• _Task_: Using the records below, repeat exactly the lines from the one holding "#156=EDGE_CURVE('',#117,#80,#155,.T.);" through the one holding "#177=ORIENTED_EDGE('',*,*,#145,.F.);", both ends included, and no others.

• _Dataset records_:
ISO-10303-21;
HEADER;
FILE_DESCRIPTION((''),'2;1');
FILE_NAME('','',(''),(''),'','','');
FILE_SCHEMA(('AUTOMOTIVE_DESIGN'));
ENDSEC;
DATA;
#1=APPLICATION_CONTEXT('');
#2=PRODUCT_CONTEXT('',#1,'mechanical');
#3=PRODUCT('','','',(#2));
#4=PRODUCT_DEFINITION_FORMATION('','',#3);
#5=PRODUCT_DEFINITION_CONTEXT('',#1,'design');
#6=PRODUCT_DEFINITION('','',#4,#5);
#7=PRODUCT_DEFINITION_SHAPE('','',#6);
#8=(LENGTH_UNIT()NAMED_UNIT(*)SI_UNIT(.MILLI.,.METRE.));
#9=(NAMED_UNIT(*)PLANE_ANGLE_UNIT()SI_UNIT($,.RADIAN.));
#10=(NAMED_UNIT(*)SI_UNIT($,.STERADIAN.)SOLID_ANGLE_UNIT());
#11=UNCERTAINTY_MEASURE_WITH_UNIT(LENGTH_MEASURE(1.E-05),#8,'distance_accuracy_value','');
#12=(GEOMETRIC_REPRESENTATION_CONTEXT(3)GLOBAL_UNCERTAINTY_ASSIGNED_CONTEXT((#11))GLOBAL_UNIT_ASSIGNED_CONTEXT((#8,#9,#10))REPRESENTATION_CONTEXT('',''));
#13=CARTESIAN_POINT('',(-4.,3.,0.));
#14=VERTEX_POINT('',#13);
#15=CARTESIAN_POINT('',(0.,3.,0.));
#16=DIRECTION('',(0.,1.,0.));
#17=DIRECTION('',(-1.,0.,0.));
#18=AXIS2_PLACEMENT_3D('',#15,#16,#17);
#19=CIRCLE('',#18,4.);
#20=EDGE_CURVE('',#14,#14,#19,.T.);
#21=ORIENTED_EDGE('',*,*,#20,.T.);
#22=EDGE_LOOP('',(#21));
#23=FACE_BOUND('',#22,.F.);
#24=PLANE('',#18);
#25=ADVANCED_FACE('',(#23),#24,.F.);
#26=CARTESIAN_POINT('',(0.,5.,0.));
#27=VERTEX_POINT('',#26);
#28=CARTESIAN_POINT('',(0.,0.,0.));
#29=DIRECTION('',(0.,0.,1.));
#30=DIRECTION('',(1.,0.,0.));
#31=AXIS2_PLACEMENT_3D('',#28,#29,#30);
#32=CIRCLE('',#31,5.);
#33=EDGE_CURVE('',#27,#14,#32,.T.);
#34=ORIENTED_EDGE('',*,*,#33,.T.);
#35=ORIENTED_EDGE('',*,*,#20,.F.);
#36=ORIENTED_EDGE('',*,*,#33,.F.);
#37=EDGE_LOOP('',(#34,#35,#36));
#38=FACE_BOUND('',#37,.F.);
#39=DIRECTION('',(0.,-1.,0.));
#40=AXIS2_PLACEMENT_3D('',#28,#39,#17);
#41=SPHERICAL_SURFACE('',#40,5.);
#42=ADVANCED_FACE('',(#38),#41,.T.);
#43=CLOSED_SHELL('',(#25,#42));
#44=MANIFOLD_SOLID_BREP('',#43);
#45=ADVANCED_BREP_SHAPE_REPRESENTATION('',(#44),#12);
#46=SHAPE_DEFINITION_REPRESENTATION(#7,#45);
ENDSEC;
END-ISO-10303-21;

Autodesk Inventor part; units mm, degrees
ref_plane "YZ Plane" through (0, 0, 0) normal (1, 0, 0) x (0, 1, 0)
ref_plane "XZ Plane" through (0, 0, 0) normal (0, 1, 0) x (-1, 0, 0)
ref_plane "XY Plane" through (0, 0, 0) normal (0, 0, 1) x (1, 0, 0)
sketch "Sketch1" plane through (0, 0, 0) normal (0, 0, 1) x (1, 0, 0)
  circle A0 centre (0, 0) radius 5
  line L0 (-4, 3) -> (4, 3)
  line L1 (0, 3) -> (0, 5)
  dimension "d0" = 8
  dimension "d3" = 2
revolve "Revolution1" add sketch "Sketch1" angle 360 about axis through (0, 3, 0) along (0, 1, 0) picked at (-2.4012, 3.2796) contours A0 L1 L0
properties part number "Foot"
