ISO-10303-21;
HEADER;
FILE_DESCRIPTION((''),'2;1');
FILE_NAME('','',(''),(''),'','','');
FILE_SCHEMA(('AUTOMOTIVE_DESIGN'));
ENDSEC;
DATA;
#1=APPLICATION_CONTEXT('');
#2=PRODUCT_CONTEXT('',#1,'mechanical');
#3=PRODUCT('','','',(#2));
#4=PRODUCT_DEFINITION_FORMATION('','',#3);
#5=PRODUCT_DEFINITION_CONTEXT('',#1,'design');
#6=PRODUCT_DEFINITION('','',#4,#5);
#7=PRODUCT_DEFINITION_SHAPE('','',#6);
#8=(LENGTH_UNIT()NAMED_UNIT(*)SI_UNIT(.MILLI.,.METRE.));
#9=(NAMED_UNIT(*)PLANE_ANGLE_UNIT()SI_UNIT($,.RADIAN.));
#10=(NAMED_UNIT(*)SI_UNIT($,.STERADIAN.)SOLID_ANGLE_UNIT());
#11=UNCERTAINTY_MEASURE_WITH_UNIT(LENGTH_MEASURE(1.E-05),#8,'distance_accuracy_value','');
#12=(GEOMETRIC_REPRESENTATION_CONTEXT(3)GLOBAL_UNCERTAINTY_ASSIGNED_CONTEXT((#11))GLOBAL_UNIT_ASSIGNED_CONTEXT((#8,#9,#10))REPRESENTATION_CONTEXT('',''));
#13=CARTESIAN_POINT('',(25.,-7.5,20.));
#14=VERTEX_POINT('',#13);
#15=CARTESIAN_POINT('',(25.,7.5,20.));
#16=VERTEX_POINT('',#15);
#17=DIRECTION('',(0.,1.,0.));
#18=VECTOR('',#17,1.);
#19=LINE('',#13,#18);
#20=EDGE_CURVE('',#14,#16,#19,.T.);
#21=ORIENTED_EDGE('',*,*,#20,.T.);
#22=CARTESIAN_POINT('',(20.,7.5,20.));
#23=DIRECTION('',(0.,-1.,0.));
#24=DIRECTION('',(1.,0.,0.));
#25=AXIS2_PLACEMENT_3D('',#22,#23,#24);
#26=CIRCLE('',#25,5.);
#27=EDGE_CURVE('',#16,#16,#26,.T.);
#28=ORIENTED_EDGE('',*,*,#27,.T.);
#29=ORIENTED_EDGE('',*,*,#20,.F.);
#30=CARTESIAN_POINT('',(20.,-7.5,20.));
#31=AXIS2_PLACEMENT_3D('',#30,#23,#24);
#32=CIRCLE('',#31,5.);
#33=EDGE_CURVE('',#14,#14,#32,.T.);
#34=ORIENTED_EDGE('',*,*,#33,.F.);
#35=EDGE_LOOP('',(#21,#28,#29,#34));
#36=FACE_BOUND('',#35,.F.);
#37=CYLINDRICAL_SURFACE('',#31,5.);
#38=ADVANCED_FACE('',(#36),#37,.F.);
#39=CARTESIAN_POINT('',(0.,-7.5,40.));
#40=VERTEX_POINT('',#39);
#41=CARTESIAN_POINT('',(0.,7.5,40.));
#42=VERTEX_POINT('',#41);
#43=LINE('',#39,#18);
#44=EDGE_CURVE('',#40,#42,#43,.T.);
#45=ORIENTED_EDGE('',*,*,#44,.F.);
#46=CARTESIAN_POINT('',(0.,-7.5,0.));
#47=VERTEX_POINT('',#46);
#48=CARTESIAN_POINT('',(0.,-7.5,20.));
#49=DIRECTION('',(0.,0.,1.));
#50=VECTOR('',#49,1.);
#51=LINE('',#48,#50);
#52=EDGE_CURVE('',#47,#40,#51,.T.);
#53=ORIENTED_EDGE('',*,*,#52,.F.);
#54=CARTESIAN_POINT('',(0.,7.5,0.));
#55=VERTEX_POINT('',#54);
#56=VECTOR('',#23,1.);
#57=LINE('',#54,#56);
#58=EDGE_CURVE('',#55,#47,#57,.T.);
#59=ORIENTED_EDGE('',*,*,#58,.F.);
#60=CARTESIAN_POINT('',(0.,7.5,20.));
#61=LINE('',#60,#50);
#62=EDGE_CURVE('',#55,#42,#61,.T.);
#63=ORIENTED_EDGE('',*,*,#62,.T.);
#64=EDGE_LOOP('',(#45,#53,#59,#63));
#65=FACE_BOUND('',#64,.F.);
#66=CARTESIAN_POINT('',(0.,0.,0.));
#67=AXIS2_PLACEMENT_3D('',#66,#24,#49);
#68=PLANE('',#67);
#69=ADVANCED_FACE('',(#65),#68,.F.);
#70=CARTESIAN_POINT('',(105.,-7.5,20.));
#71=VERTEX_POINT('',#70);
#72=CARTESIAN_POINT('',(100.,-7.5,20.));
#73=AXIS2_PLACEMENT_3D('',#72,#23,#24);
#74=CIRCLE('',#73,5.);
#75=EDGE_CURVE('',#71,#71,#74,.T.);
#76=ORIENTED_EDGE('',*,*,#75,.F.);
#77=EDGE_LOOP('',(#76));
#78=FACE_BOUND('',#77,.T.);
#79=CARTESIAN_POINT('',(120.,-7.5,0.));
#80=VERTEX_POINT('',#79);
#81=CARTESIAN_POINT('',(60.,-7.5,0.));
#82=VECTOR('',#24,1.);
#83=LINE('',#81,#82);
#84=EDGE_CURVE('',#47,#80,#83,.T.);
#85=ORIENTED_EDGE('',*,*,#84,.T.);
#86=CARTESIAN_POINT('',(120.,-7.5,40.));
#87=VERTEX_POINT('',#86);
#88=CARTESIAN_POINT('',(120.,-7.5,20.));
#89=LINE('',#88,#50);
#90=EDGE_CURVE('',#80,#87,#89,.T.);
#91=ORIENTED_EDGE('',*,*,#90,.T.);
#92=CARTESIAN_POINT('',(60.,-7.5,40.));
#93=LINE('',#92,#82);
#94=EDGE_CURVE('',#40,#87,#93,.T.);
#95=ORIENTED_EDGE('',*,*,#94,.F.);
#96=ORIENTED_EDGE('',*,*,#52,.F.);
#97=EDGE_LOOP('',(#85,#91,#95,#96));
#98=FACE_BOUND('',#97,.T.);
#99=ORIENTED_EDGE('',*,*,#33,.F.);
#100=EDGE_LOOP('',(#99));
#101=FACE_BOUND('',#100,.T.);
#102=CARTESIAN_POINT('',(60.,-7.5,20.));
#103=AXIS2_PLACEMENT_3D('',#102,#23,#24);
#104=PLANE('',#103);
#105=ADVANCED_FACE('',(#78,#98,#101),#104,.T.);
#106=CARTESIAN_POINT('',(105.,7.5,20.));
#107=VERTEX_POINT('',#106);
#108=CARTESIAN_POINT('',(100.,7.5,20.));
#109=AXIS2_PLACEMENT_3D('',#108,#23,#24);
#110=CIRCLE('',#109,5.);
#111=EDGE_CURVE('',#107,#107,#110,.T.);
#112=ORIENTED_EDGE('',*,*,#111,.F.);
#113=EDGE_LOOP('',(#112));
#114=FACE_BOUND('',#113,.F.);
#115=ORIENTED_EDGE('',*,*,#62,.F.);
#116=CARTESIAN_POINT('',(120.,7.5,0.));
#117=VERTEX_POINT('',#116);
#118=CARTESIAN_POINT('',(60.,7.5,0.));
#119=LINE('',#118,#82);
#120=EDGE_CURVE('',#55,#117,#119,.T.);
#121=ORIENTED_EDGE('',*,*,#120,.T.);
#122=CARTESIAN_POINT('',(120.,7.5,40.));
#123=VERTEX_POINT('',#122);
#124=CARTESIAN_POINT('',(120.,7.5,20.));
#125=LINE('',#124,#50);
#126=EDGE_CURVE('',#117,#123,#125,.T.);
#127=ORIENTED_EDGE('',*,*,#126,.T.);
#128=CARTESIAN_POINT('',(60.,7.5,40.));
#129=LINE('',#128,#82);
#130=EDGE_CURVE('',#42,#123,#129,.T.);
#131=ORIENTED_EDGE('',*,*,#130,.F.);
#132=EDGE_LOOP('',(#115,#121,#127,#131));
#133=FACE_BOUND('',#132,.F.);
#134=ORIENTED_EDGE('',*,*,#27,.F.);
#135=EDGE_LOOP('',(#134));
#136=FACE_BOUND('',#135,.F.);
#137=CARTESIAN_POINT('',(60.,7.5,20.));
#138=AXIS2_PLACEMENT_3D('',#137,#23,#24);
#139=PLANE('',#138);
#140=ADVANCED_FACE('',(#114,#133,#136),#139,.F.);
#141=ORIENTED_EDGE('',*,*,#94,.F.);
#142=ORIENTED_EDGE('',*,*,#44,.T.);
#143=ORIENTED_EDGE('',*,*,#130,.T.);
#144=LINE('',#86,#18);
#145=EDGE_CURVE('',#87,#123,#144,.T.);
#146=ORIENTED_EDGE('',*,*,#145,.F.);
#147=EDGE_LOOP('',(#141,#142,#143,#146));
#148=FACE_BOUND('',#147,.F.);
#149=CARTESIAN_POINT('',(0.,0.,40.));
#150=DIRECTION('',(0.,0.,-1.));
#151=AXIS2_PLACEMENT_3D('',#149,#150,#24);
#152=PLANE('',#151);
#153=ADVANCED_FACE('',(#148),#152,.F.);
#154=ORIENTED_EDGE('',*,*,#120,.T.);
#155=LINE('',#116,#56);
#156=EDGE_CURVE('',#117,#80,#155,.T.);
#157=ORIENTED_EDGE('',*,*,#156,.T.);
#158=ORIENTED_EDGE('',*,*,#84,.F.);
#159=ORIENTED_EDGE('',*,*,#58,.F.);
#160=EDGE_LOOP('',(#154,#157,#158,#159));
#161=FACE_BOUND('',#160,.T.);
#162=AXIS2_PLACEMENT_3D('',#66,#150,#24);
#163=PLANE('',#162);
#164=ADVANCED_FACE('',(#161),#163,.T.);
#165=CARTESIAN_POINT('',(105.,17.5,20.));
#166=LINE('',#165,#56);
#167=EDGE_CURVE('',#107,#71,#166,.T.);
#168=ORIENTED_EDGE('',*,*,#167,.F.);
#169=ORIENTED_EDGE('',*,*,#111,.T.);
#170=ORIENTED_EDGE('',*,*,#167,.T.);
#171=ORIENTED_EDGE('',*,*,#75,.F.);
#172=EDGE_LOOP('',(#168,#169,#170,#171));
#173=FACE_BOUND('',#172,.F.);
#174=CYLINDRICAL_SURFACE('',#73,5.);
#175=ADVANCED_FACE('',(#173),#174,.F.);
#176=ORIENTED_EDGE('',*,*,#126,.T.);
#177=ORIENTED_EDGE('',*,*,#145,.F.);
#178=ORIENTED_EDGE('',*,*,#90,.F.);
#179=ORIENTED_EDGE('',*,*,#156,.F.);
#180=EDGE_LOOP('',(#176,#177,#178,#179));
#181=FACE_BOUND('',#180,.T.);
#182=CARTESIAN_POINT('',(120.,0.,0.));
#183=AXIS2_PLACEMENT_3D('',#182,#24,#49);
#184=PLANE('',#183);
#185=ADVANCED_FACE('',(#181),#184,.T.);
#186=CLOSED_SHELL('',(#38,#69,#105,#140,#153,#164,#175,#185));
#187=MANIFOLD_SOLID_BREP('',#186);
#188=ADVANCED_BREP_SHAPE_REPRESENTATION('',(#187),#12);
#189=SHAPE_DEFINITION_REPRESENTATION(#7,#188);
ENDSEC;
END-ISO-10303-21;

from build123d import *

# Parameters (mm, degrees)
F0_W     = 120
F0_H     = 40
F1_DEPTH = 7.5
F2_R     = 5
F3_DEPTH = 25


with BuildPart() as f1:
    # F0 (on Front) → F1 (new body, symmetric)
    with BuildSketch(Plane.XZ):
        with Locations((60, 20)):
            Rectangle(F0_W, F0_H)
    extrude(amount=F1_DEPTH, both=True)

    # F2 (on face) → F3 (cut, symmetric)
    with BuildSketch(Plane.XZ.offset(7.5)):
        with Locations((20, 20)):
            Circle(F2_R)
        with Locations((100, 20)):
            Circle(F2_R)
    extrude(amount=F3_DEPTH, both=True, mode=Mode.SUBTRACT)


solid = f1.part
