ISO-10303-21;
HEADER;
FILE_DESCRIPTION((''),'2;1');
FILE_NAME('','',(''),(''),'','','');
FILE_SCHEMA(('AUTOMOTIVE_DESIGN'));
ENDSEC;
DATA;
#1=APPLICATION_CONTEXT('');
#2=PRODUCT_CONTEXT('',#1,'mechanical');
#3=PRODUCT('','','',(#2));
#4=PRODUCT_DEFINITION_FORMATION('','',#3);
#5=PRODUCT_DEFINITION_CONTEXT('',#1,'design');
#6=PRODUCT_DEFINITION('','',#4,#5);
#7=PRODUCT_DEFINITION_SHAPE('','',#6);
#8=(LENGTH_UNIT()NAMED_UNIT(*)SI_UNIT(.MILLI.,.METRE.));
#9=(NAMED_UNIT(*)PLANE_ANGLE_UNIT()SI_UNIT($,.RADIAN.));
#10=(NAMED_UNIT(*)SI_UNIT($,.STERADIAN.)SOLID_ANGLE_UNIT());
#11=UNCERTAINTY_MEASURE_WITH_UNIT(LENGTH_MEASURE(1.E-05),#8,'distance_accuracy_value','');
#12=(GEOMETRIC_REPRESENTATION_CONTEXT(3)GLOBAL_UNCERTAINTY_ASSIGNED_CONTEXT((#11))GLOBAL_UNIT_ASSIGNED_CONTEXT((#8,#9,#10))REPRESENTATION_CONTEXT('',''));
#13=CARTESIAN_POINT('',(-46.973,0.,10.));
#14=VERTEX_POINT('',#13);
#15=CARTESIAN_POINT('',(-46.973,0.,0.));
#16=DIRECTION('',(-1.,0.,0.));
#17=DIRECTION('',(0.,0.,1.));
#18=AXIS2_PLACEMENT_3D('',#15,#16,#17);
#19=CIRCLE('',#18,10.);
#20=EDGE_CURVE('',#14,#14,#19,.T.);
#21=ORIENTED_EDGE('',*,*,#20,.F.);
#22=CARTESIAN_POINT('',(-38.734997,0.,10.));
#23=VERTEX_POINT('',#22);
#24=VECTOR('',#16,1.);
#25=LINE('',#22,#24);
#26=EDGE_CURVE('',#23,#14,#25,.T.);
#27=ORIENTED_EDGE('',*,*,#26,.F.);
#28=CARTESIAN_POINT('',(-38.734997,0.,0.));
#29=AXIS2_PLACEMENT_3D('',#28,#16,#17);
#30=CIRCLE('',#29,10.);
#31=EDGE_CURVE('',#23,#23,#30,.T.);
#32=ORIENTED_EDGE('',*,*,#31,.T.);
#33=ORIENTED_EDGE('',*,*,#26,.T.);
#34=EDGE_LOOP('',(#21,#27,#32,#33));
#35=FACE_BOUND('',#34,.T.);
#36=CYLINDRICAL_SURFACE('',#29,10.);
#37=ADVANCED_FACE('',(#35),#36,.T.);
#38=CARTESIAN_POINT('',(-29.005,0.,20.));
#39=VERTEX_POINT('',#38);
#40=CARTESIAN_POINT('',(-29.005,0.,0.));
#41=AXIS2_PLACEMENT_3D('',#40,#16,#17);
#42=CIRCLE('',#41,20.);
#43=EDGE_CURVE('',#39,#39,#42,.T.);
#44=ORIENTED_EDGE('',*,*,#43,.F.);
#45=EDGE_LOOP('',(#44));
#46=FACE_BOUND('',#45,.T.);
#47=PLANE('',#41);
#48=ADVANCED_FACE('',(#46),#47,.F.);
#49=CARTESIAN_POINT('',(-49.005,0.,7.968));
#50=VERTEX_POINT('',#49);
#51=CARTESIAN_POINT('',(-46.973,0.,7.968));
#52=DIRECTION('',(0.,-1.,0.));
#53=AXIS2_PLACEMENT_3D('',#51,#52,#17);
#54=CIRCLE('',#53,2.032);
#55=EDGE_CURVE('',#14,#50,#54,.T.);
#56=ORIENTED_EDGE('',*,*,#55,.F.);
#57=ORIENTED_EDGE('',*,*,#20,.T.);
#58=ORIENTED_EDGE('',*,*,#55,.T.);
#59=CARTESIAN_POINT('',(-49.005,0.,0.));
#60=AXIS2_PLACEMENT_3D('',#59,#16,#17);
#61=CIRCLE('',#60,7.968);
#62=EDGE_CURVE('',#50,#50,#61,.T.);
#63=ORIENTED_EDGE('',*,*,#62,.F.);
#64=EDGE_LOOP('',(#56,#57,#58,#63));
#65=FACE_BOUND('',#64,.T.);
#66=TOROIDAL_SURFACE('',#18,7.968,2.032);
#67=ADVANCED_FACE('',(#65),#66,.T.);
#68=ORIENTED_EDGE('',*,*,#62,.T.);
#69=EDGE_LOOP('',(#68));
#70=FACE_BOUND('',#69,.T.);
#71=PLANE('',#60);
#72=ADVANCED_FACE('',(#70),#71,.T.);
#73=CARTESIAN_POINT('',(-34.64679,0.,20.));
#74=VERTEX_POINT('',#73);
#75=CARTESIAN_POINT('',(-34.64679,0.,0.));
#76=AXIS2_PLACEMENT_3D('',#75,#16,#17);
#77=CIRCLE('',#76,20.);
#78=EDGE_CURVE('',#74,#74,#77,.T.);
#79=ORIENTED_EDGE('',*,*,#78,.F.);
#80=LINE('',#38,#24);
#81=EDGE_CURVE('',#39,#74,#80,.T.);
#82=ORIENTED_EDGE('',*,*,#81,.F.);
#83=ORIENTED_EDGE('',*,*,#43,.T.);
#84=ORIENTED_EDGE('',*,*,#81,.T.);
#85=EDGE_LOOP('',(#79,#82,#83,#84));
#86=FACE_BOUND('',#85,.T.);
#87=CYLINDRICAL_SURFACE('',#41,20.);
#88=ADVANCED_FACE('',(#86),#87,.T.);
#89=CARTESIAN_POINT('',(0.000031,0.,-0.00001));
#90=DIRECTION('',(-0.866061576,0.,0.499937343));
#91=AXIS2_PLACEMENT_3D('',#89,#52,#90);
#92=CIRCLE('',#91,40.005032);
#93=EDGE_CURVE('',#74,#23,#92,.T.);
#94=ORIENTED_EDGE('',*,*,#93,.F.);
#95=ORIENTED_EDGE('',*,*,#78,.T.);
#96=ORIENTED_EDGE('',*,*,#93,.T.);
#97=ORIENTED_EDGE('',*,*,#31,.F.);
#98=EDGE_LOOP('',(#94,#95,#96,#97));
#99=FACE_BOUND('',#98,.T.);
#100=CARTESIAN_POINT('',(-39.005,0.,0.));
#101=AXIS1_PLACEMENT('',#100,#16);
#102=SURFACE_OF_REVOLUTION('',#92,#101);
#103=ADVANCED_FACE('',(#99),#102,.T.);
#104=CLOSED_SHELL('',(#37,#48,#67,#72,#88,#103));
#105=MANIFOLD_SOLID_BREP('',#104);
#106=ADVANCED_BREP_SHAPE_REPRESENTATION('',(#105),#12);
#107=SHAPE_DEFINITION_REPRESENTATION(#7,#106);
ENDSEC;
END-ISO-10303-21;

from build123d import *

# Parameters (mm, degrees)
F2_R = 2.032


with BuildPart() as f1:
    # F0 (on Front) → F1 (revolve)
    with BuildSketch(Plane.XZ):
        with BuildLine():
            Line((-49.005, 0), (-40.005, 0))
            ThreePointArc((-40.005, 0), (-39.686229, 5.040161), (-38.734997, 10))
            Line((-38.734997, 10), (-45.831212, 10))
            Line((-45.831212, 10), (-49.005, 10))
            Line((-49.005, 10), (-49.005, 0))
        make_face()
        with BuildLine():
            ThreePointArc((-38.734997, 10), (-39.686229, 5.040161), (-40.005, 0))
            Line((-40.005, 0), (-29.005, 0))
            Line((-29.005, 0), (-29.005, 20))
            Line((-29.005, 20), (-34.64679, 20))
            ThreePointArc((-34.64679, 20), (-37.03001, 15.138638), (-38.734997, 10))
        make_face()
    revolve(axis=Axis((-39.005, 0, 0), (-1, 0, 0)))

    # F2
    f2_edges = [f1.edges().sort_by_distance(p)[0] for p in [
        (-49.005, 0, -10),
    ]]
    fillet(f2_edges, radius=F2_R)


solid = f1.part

• _Response for this exercise_:
#156=EDGE_CURVE('',#117,#80,#155,.T.);
#157=ORIENTED_EDGE('',*,*,#156,.T.);
#158=ORIENTED_EDGE('',*,*,#84,.F.);
#159=ORIENTED_EDGE('',*,*,#58,.F.);
#160=EDGE_LOOP('',(#154,#157,#158,#159));
#161=FACE_BOUND('',#160,.T.);
#162=AXIS2_PLACEMENT_3D('',#66,#150,#24);
#163=PLANE('',#162);
#164=ADVANCED_FACE('',(#161),#163,.T.);
#165=CARTESIAN_POINT('',(105.,17.5,20.));
#166=LINE('',#165,#56);
#167=EDGE_CURVE('',#107,#71,#166,.T.);
#168=ORIENTED_EDGE('',*,*,#167,.F.);
#169=ORIENTED_EDGE('',*,*,#111,.T.);
#170=ORIENTED_EDGE('',*,*,#167,.T.);
#171=ORIENTED_EDGE('',*,*,#75,.F.);
#172=EDGE_LOOP('',(#168,#169,#170,#171));
#173=FACE_BOUND('',#172,.F.);
#174=CYLINDRICAL_SURFACE('',#73,5.);
#175=ADVANCED_FACE('',(#173),#174,.F.);
#176=ORIENTED_EDGE('',*,*,#126,.T.);
#177=ORIENTED_EDGE('',*,*,#145,.F.);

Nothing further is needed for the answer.